Lactose → Glucose + Galactose

Allolactose + Galactobiose]


Fig. 11.5 Functioning of lac operon in the presence of lactose in E.coli.


2. Tryptophan Operon

In E. coli, the trp operon, which is a repressible system, consists of promoter, operator and five structural genes, trpE, trp D, trp C, trp R and trp A, that after transcription and translation give rise to ·the respective enzymes necessary for the synthesis of tryptophan amino acid, if it is not present in external nutrient medium.

(i)  When tryptophan is present In nutrient medium, The regulatoor gene I synthesizes an inactive repressor protein that after binding with the compressor (tryptophan) present in external medium recognizes and binds at the operator site, thus, inhibits the synthesis of polycistronic mRNA by checking the movement of RNA polymerase at the promoter site (Fig.11.7).


Fig. 11.6 Lac-operon in E.coli.

 (ii) When tryptophan is absent in nutrient medium. When tryptophan is absent in the external medium, the inactive repressor is unable to bind at the operator site, thus, leading to the synthesis of mRNA and the corresponding enzymes that are used in the synthesis of tryptophan (Fig. 11.8).

[Normally, the trp operon remains in expressed form, and whenever tryptophan is added in the minimal nutrient medium, it is repressed.]


Fig. 11.7 Trp operon when tryptophan is present in external medium.

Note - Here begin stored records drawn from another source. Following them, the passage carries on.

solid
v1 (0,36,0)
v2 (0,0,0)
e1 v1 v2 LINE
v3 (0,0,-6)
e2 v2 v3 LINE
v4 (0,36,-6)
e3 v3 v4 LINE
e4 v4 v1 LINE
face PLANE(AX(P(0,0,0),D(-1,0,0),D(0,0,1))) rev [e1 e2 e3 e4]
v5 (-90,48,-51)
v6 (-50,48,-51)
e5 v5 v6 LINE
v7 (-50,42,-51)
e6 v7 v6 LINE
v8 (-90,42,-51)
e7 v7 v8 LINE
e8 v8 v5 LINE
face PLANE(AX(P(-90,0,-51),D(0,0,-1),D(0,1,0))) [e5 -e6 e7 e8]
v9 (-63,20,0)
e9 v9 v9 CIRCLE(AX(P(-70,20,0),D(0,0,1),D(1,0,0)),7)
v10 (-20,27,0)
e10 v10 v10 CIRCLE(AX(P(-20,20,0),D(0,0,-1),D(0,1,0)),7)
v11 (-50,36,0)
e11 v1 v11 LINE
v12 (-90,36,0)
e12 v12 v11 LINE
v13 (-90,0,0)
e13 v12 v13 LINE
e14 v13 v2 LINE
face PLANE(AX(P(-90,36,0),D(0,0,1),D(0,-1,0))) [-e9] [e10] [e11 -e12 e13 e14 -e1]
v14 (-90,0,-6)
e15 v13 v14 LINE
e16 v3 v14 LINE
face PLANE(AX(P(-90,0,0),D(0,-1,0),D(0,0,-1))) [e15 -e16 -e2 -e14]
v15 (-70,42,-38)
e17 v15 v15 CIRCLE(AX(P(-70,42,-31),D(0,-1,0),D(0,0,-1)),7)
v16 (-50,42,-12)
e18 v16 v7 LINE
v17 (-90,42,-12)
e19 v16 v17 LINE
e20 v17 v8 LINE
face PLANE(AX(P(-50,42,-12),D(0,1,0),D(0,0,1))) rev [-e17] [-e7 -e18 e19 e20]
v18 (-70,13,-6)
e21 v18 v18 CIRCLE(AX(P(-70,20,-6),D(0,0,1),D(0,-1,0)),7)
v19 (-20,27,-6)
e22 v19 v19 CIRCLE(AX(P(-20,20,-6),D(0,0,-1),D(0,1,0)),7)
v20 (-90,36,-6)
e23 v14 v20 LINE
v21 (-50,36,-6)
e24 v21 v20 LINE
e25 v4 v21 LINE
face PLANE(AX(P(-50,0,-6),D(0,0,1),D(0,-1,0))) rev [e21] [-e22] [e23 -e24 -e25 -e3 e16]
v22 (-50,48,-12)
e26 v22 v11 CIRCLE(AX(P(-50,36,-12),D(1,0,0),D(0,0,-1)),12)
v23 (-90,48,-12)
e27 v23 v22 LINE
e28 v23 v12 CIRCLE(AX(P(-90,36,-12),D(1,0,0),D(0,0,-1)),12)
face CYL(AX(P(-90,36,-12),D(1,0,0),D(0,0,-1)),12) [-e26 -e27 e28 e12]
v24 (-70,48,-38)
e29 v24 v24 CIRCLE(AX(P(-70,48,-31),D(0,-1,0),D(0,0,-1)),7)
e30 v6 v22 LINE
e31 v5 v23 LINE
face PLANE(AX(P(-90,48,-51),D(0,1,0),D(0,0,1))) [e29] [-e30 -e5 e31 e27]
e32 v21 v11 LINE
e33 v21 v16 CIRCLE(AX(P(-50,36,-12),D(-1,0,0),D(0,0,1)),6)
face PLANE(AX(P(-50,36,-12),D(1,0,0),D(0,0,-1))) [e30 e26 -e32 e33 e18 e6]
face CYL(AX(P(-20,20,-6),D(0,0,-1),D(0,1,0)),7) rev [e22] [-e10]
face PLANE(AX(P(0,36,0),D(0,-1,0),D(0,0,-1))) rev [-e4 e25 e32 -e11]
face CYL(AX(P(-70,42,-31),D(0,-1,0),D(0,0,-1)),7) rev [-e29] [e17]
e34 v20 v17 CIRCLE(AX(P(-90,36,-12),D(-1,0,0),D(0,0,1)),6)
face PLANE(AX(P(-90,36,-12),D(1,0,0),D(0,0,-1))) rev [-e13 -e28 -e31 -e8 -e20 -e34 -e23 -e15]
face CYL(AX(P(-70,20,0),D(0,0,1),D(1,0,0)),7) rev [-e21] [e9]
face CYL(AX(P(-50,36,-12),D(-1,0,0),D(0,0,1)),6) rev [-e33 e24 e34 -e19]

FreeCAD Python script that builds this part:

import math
import FreeCAD as App
import Part
import Sketcher
from FreeCAD import Vector

doc = App.newDocument("Part")
body = doc.addObject("PartDesign::Body", "Body")

# Sketch on YZ plane
sketch1 = body.newObject("Sketcher::SketchObject", "Sketch")
sketch1.AttachmentSupport = (doc.getObject("YZ_Plane"), [""])
sketch1.MapMode = "FlatFace"
sketch1.AttachmentOffset = App.Placement(Vector(0, 0, -50), App.Rotation())
sketch1.addGeometry([
    Part.LineSegment(Vector(0, 0, 0), Vector(0, -51, 0)),  # 0
    Part.LineSegment(Vector(0, -51, 0), Vector(48, -51, 0)),  # 1
    Part.LineSegment(Vector(48, -51, 0), Vector(48, -12, 0)),  # 2
    Part.ArcOfCircle(Part.Circle(Vector(36, -12, 0), Vector(0, 0, 1), 12), math.radians(0), math.radians(90)),  # 3
    Part.LineSegment(Vector(36, 0, 0), Vector(0, 0, 0)),  # 4
], False)
sketch1.addConstraint([
    Sketcher.Constraint("Coincident", 0, 2, 1, 1),
    Sketcher.Constraint("Coincident", 1, 2, 2, 1),
    Sketcher.Constraint("Tangent", 2, 2, 3, 1),
    Sketcher.Constraint("Tangent", 3, 2, 4, 1),
    Sketcher.Constraint("Coincident", 4, 2, 0, 1),
    Sketcher.Constraint("Vertical", 0),
    Sketcher.Constraint("Horizontal", 1),
    Sketcher.Constraint("Vertical", 2),
    Sketcher.Constraint("Horizontal", 4),
    Sketcher.Constraint("Coincident", 4, 2, -1, 1),
    Sketcher.Constraint("Radius", 3, 12.0),
    Sketcher.Constraint("DistanceX", 1, 1, 1, 2, 48.0),
    Sketcher.Constraint("DistanceY", 0, 2, 0, 1, 51.0),
])
pad1 = body.newObject("PartDesign::Pad", "Pad")
pad1.Profile = sketch1
pad1.Length = 40
pad1.Reversed = True

# Sketch on YZ plane
sketch2 = body.newObject("Sketcher::SketchObject", "Sketch001")
sketch2.AttachmentSupport = (doc.getObject("YZ_Plane"), [""])
sketch2.MapMode = "FlatFace"
sketch2.AttachmentOffset = App.Placement(Vector(0, 0, -90), App.Rotation())
sketch2.addGeometry([
    Part.LineSegment(Vector(0, -51, 0), Vector(0, -6, 0)),  # 0
    Part.LineSegment(Vector(0, -6, 0), Vector(36, -6, 0)),  # 1
    Part.ArcOfCircle(Part.Circle(Vector(36, -12, 0), Vector(0, 0, 1), 6), math.radians(0), math.radians(90)),  # 2
    Part.LineSegment(Vector(42, -12, 0), Vector(42, -51, 0)),  # 3
    Part.LineSegment(Vector(42, -51, 0), Vector(0, -51, 0)),  # 4
], False)
sketch2.addConstraint([
    Sketcher.Constraint("Coincident", 0, 2, 1, 1),
    Sketcher.Constraint("Tangent", 1, 2, 2, 2),
    Sketcher.Constraint("Tangent", 2, 1, 3, 1),
    Sketcher.Constraint("Coincident", 3, 2, 4, 1),
    Sketcher.Constraint("Coincident", 4, 2, 0, 1),
    Sketcher.Constraint("Vertical", 0),
    Sketcher.Constraint("Horizontal", 1),
    Sketcher.Constraint("Vertical", 3),
    Sketcher.Constraint("Horizontal", 4),
    Sketcher.Constraint("PointOnObject", 0, 2, -2),
    Sketcher.Constraint("Radius", 2, 6.0),
    Sketcher.Constraint("DistanceX", 1, 1, 1, 2, 36.0),
    Sketcher.Constraint("DistanceY", 0, 1, 0, 2, 45.0),
    Sketcher.Constraint("DistanceY", 2, 3, -1, 1, 12.0),
])
pocket1 = body.newObject("PartDesign::Pocket", "Pocket")
pocket1.Profile = sketch2
pocket1.Type = "ThroughAll"
pocket1.Reversed = True

# Sketch on YZ plane
sketch3 = body.newObject("Sketcher::SketchObject", "Sketch002")
sketch3.AttachmentSupport = (doc.getObject("YZ_Plane"), [""])
sketch3.MapMode = "FlatFace"
sketch3.AttachmentOffset = App.Placement(Vector(0, 0, -50), App.Rotation())
sketch3.addGeometry([
    Part.LineSegment(Vector(36, 0, 0), Vector(0, 0, 0)),
    Part.LineSegment(Vector(0, 0, 0), Vector(0, -6, 0)),
    Part.LineSegment(Vector(0, -6, 0), Vector(36, -6, 0)),
    Part.LineSegment(Vector(36, -6, 0), Vector(36, 0, 0)),
], False)
sketch3.addConstraint([
    Sketcher.Constraint("Coincident", 0, 2, 1, 1),
    Sketcher.Constraint("Coincident", 1, 2, 2, 1),
    Sketcher.Constraint("Coincident", 2, 2, 3, 1),
    Sketcher.Constraint("Coincident", 3, 2, 0, 1),
    Sketcher.Constraint("Horizontal", 0),
    Sketcher.Constraint("Vertical", 1),
    Sketcher.Constraint("Horizontal", 2),
    Sketcher.Constraint("Vertical", 3),
    Sketcher.Constraint("Coincident", 0, 2, -1, 1),
    Sketcher.Constraint("DistanceX", 0, 2, 0, 1, 36.0),
    Sketcher.Constraint("DistanceY", 1, 2, 1, 1, 6.0),
])
pad2 = body.newObject("PartDesign::Pad", "Pad001")
pad2.Profile = sketch3
pad2.Length = 50

# Sketch on XY plane
sketch4 = body.newObject("Sketcher::SketchObject", "Sketch003")
sketch4.AttachmentSupport = (doc.getObject("XY_Plane"), [""])
sketch4.MapMode = "FlatFace"
sketch4.addGeometry(Part.Circle(Vector(-70, 20, 0), Vector(0, 0, 1), 7), False)
sketch4.addConstraint([
    Sketcher.Constraint("Diameter", 0, 14.0),
    Sketcher.Constraint("DistanceX", 0, 3, -1, 1, 70.0),
    Sketcher.Constraint("DistanceY", -1, 1, 0, 3, 20.0),
])
doc.recompute()
hole = body.newObject("PartDesign::Hole", "Hole")
hole.Profile = sketch4
hole.ThreadType = "None"
hole.Diameter = 14
hole.DepthType = "Dimension"
hole.Depth = 51
hole.DrillPoint = "Flat"

# Sketch on XY plane
sketch5 = body.newObject("Sketcher::SketchObject", "Sketch004")
sketch5.AttachmentSupport = (doc.getObject("XY_Plane"), [""])
sketch5.MapMode = "FlatFace"
sketch5.AttachmentOffset = App.Placement(Vector(0, 0, -6), App.Rotation())
sketch5.addGeometry(Part.Circle(Vector(-20, 20, 0), Vector(0, 0, 1), 7), False)
sketch5.addConstraint([
    Sketcher.Constraint("Diameter", 0, 14.0),
    Sketcher.Constraint("DistanceX", 0, 3, -1, 1, 20.0),
    Sketcher.Constraint("DistanceY", -1, 1, 0, 3, 20.0),
])
doc.recompute()
hole2 = body.newObject("PartDesign::Hole", "Hole001")
hole2.Profile = sketch5
hole2.ThreadType = "None"
hole2.Diameter = 14
hole2.DepthType = "Dimension"
hole2.Depth = 6
hole2.DrillPoint = "Flat"
hole2.Reversed = True

# Sketch on XZ plane
sketch6 = body.newObject("Sketcher::SketchObject", "Sketch005")
sketch6.AttachmentSupport = (doc.getObject("XZ_Plane"), [""])
sketch6.MapMode = "FlatFace"
sketch6.AttachmentOffset = App.Placement(Vector(0, 0, -42), App.Rotation())
sketch6.addGeometry(Part.Circle(Vector(-70, -31, 0), Vector(0, 0, 1), 7), False)
sketch6.addConstraint([
    Sketcher.Constraint("Diameter", 0, 14.0),
    Sketcher.Constraint("DistanceX", 0, 3, -1, 1, 70.0),
    Sketcher.Constraint("DistanceY", 0, 3, -1, 1, 31.0),
])
doc.recompute()
hole3 = body.newObject("PartDesign::Hole", "Hole002")
hole3.Profile = sketch6
hole3.ThreadType = "None"
hole3.Diameter = 14
hole3.DepthType = "Dimension"
hole3.Depth = 6
hole3.DrillPoint = "Flat"

doc.recompute()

Fig.11.7                                                                                          inactive


Fig.11.8 Trp operon, when tryptophan is absent in external medium, in E coli

Post-transcriptional Regulation of Tryptophan Operon

(i) When tryptophan is present in nutrient medium. One more type of control system of the trp operon occurs post-transcriptionally (after the start of transcription process) that is based on the synthesis of a leader polypeptide when tryptophan is present in the external medium. A 162 base pair long DNA found at the 5′ end of the gene trp E (part or gene E), having two successive tryptophan codons, is responsible for the synthesis of leader polypeptide. This regulation is based on the coupling of transcription and translation processes in prokaryotes. After the initiation of transcription, ribosomes one by one get attached to the 5′ end of the newly synthesizing mRNA and start the synthesis of the respective proteins. In the presence of tryptophan, the two tryptophan codons are translated due to the availability of tryptophan in external medium, thus, forming the complete leader polypeptide. This leader polypeptide induces the formation of hairpin loop in the newly synthesizing mRNA, causing the detachment of RNA polymerase from the coding strand of DNA. Thus, termination of further transcription occur (Fig. 11.9).


Fig. 11.10 Post-transcriptional control of trp operon in the absence of tryptophan.